━━━━━ Data under study ━━━━━

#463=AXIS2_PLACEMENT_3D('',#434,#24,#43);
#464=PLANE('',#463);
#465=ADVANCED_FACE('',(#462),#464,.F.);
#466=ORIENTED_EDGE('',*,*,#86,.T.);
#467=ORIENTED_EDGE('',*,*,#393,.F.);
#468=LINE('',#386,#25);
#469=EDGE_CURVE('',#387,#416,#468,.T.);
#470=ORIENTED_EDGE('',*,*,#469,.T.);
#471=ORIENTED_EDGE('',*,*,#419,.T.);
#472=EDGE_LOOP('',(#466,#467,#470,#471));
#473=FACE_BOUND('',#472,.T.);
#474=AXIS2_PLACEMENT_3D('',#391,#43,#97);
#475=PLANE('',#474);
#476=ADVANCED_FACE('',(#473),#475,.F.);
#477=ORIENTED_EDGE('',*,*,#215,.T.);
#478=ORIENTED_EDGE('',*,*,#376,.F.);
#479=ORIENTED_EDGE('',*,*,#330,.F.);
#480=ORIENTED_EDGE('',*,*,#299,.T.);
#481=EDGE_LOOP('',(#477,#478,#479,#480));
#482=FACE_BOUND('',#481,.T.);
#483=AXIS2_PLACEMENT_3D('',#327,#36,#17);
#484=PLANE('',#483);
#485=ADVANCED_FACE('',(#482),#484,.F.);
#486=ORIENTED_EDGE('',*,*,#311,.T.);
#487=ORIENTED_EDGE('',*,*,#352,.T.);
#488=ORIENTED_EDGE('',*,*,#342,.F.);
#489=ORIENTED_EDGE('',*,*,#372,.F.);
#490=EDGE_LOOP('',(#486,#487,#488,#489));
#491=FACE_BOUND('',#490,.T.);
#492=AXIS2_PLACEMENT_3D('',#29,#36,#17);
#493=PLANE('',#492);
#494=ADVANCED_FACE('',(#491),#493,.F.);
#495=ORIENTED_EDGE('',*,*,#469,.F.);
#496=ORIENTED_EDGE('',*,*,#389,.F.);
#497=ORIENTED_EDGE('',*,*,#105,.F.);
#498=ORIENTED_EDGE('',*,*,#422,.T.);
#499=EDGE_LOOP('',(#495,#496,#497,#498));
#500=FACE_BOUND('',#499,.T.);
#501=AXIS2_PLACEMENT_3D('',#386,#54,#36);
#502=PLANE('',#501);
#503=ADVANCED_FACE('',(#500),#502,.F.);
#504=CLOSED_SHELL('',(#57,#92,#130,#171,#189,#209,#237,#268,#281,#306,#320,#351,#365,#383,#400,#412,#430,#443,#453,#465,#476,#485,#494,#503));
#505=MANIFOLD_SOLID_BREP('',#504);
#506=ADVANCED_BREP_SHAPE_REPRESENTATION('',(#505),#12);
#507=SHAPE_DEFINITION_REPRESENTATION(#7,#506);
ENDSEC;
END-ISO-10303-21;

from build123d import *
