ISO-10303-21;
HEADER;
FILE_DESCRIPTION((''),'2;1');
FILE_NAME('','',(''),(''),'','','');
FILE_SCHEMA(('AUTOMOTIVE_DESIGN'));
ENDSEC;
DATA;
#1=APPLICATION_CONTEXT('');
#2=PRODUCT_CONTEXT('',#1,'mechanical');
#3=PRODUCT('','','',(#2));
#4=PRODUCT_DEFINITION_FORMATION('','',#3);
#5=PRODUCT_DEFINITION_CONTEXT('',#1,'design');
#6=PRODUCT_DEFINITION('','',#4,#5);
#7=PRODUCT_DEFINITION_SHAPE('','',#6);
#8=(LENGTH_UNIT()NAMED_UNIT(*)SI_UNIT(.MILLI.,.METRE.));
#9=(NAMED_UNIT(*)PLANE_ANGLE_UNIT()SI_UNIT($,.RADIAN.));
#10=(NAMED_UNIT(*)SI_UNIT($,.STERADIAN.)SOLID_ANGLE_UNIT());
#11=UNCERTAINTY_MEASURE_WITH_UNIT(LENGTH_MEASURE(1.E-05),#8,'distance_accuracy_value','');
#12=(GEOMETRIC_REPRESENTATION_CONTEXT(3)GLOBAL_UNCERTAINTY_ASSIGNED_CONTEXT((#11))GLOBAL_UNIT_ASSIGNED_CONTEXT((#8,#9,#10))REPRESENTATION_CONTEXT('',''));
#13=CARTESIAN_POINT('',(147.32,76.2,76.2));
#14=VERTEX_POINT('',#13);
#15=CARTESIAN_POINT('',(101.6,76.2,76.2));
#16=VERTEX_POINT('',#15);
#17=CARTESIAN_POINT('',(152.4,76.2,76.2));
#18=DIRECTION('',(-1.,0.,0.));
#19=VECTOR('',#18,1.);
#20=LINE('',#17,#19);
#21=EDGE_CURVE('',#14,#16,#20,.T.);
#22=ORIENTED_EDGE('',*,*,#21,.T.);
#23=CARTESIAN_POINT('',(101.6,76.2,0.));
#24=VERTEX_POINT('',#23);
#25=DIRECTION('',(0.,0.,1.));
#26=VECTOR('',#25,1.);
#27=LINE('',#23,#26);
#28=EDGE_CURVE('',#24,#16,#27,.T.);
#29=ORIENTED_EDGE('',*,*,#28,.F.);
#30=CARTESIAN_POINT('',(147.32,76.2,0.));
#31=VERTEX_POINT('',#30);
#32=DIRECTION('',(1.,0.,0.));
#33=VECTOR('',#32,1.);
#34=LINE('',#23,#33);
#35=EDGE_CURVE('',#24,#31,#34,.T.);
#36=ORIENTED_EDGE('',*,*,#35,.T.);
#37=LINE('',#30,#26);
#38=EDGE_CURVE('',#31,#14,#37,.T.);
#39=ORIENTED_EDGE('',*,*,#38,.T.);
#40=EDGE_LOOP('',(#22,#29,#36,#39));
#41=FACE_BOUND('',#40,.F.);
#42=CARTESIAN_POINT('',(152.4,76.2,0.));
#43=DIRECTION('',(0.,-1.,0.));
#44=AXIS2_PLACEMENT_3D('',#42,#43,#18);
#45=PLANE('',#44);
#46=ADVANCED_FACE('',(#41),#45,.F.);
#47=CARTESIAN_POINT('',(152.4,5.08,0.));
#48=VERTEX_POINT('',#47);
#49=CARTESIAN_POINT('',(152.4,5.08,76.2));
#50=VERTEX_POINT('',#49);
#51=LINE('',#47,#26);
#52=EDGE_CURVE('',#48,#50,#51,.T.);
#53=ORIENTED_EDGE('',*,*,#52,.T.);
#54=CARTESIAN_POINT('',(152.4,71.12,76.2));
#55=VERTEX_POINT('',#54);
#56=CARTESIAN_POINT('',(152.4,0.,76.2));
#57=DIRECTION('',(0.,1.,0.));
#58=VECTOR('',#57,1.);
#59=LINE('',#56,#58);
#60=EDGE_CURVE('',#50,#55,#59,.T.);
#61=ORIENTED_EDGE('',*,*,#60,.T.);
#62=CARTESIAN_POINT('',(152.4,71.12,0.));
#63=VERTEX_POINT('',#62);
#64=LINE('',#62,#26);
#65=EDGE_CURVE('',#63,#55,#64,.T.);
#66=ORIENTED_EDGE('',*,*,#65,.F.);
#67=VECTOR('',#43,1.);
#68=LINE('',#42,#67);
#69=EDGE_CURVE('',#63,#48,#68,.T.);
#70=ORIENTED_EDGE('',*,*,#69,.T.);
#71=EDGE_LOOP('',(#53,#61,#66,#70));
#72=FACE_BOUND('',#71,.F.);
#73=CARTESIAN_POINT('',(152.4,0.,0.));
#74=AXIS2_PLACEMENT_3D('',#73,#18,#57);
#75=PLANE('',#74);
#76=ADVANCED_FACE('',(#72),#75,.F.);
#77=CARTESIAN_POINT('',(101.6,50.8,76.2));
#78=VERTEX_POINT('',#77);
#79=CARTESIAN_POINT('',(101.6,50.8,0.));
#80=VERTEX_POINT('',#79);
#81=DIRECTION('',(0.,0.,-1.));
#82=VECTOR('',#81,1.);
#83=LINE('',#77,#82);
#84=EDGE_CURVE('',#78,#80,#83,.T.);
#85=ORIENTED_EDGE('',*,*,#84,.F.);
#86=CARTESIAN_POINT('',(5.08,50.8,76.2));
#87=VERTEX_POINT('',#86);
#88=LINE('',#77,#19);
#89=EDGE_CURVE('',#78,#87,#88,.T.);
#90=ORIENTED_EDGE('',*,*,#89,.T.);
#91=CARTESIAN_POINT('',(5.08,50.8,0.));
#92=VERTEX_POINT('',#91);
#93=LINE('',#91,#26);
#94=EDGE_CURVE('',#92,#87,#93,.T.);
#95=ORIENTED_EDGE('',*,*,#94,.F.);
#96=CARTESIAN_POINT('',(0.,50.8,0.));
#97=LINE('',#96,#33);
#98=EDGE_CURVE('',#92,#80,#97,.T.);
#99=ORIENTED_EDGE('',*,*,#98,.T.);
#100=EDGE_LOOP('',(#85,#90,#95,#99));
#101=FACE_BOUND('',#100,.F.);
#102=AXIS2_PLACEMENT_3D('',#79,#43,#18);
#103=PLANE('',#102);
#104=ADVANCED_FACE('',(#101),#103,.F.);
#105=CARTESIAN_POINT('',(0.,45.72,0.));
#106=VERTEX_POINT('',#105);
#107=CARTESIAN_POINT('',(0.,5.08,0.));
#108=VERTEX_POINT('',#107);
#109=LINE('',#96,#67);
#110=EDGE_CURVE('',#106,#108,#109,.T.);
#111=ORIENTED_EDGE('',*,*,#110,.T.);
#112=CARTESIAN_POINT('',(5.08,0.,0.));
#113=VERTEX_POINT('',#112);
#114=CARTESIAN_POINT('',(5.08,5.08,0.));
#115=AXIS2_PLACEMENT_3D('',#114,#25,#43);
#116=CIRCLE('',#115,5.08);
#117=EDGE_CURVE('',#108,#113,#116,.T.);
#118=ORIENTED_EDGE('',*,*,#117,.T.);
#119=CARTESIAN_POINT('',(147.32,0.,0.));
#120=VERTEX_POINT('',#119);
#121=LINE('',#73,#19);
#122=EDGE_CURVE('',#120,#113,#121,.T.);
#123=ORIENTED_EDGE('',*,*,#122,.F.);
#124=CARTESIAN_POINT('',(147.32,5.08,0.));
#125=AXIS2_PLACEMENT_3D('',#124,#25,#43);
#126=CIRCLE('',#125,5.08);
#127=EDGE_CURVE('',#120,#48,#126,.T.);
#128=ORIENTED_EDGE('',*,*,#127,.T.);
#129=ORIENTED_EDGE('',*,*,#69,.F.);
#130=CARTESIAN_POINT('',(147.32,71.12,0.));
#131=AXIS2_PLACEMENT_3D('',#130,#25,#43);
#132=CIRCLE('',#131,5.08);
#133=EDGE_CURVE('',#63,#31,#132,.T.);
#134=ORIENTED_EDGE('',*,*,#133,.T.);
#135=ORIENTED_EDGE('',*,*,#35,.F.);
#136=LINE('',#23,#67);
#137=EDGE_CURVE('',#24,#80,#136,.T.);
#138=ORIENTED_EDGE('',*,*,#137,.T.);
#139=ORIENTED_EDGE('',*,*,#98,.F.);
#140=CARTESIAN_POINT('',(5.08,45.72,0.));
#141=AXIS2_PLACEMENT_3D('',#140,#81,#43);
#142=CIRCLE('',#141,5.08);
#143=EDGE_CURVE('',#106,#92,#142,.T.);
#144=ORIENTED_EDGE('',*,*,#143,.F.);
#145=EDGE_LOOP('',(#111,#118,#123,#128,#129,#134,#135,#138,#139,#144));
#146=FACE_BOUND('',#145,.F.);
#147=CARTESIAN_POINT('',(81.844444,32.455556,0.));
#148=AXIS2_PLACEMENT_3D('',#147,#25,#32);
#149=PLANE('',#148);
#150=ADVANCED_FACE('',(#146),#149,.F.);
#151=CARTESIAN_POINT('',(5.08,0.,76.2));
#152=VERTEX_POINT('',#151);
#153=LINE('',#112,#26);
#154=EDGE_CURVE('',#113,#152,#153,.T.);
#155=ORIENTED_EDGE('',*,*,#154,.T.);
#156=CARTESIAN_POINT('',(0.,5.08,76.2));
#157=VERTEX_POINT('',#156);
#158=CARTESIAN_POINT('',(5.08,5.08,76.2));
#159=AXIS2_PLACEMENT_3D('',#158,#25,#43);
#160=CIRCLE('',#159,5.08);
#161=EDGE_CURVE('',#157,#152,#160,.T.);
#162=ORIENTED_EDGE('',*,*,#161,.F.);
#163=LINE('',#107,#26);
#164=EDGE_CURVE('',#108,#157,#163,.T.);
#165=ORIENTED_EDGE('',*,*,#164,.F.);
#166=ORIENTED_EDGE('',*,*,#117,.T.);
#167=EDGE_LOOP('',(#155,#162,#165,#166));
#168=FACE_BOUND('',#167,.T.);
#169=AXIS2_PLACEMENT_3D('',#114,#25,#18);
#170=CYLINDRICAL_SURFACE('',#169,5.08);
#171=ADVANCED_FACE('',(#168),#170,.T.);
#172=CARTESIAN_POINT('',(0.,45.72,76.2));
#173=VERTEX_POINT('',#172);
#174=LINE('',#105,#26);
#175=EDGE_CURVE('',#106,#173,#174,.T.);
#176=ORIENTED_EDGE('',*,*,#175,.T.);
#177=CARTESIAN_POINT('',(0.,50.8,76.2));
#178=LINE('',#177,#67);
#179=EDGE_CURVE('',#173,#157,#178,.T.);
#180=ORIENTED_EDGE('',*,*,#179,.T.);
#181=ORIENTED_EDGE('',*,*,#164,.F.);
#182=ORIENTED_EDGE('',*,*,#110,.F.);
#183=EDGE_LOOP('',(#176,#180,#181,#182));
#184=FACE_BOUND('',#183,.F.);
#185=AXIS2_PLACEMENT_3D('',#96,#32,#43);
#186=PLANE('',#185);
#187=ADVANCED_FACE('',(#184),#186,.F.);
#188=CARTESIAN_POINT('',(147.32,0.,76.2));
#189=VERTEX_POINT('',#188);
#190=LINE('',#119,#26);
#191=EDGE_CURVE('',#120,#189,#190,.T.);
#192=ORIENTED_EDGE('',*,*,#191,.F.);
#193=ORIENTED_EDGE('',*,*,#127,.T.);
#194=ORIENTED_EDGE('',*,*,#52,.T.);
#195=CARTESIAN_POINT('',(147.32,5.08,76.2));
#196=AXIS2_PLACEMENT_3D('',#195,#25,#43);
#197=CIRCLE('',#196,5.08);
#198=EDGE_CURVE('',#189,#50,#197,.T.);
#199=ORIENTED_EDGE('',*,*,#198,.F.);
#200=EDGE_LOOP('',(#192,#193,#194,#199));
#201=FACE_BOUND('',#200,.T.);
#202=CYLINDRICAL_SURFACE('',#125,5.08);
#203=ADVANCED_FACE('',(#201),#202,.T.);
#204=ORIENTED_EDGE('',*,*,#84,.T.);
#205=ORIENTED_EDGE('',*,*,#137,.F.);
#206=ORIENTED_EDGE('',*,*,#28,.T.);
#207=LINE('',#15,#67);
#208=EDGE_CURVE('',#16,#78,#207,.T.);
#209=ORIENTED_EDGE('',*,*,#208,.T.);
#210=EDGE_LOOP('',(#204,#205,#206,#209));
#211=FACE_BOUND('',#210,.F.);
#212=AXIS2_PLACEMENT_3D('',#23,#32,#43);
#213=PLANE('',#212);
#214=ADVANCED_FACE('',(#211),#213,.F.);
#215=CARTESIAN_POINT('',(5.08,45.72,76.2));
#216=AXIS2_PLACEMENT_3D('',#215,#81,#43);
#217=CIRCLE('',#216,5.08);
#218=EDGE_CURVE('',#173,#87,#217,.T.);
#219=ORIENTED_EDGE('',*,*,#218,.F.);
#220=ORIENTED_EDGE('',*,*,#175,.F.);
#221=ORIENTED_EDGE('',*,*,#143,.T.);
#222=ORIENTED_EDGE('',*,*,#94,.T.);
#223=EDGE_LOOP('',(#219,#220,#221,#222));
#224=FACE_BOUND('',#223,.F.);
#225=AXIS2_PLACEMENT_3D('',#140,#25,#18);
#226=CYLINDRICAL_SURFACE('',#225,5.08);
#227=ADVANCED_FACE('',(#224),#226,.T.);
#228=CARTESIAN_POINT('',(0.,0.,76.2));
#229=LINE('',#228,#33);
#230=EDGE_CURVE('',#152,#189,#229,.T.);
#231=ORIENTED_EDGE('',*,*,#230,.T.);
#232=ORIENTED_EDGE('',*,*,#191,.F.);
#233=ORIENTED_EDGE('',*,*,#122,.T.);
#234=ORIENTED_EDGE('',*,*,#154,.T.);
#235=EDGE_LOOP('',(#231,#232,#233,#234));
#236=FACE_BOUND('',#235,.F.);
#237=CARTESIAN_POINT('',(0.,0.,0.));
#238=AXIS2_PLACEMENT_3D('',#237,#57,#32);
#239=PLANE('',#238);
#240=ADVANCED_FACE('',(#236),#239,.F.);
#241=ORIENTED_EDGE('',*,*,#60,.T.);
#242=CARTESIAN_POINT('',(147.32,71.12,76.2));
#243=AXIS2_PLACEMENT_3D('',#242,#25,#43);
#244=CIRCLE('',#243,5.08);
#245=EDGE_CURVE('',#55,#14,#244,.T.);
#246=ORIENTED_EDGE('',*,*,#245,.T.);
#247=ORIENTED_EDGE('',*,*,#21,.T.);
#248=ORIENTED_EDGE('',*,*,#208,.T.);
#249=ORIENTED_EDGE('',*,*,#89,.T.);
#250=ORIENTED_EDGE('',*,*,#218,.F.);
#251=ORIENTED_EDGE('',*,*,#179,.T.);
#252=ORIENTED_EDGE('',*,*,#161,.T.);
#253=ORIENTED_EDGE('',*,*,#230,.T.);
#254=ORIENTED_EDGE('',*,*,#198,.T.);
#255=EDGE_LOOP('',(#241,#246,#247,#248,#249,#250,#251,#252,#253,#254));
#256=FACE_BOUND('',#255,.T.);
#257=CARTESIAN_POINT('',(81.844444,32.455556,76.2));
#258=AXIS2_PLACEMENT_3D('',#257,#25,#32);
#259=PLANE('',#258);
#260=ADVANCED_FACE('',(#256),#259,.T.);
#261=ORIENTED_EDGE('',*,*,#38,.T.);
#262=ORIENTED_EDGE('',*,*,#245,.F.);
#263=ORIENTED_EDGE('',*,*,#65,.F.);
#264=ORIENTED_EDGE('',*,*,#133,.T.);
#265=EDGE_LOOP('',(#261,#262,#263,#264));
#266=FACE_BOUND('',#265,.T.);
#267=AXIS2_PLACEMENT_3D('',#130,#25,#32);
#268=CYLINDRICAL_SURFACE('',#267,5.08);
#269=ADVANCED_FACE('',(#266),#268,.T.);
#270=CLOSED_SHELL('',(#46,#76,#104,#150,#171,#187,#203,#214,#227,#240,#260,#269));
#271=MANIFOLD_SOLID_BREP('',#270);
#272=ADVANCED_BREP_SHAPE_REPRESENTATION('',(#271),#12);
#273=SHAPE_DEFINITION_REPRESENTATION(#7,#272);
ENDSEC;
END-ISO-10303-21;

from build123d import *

# Parameters (mm, degrees)
F1_DEPTH = 50.8
F2_R     = 5.08
F3_R     = 5.08
F4_DEPTH = 76.2
F5_R     = 5.08


with BuildPart() as f1:
    # F0 (on Top) → F1 (new body)
    with BuildSketch(Plane.XY):
        Polygon((0, 50.8), (0, 0), (152.4, 0), (152.4, 76.2), (101.6, 76.2), (101.6, 50.8), align=None)
    extrude(amount=F1_DEPTH)

    # F2
    f2_edges = [f1.edges().sort_by_distance(p)[0] for p in [
        (0, 0, 25.4),
        (0, 50.8, 25.4),
        (152.4, 0, 25.4),
    ]]
    fillet(f2_edges, radius=F2_R)

    # F3
    f3_edges = [f1.edges().sort_by_distance(p)[0] for p in [
        (152.4, 76.2, 25.4),
    ]]
    fillet(f3_edges, radius=F3_R)

    # F0 (on Top) → F4 (join)
    with BuildSketch(Plane.XY):
        Polygon((0, 50.8), (0, 0), (152.4, 0), (152.4, 76.2), (101.6, 76.2), (101.6, 50.8), align=None)
    extrude(amount=F4_DEPTH)

    # F5
    f5_edges = [f1.edges().sort_by_distance(p)[0] for p in [
        (152.4, 76.2, 38.1),
        (152.4, 0, 38.1),
        (0, 0, 38.1),
        (0, 50.8, 38.1),
    ]]
    fillet(f5_edges, radius=F5_R)


solid = f1.part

━━━━━

### [What is being asked]
Copy out only the lines of the records above from the one with "#3=PRODUCT('','','',(#2));" through the one with "#13=CARTESIAN_POINT('',(147.32,76.2,76.2));", exactly as they stand, both included.

### [Task response]
#3=PRODUCT('','','',(#2));
#4=PRODUCT_DEFINITION_FORMATION('','',#3);
#5=PRODUCT_DEFINITION_CONTEXT('',#1,'design');
#6=PRODUCT_DEFINITION('','',#4,#5);
#7=PRODUCT_DEFINITION_SHAPE('','',#6);
#8=(LENGTH_UNIT()NAMED_UNIT(*)SI_UNIT(.MILLI.,.METRE.));
#9=(NAMED_UNIT(*)PLANE_ANGLE_UNIT()SI_UNIT($,.RADIAN.));
#10=(NAMED_UNIT(*)SI_UNIT($,.STERADIAN.)SOLID_ANGLE_UNIT());
#11=UNCERTAINTY_MEASURE_WITH_UNIT(LENGTH_MEASURE(1.E-05),#8,'distance_accuracy_value','');
#12=(GEOMETRIC_REPRESENTATION_CONTEXT(3)GLOBAL_UNCERTAINTY_ASSIGNED_CONTEXT((#11))GLOBAL_UNIT_ASSIGNED_CONTEXT((#8,#9,#10))REPRESENTATION_CONTEXT('',''));
#13=CARTESIAN_POINT('',(147.32,76.2,76.2));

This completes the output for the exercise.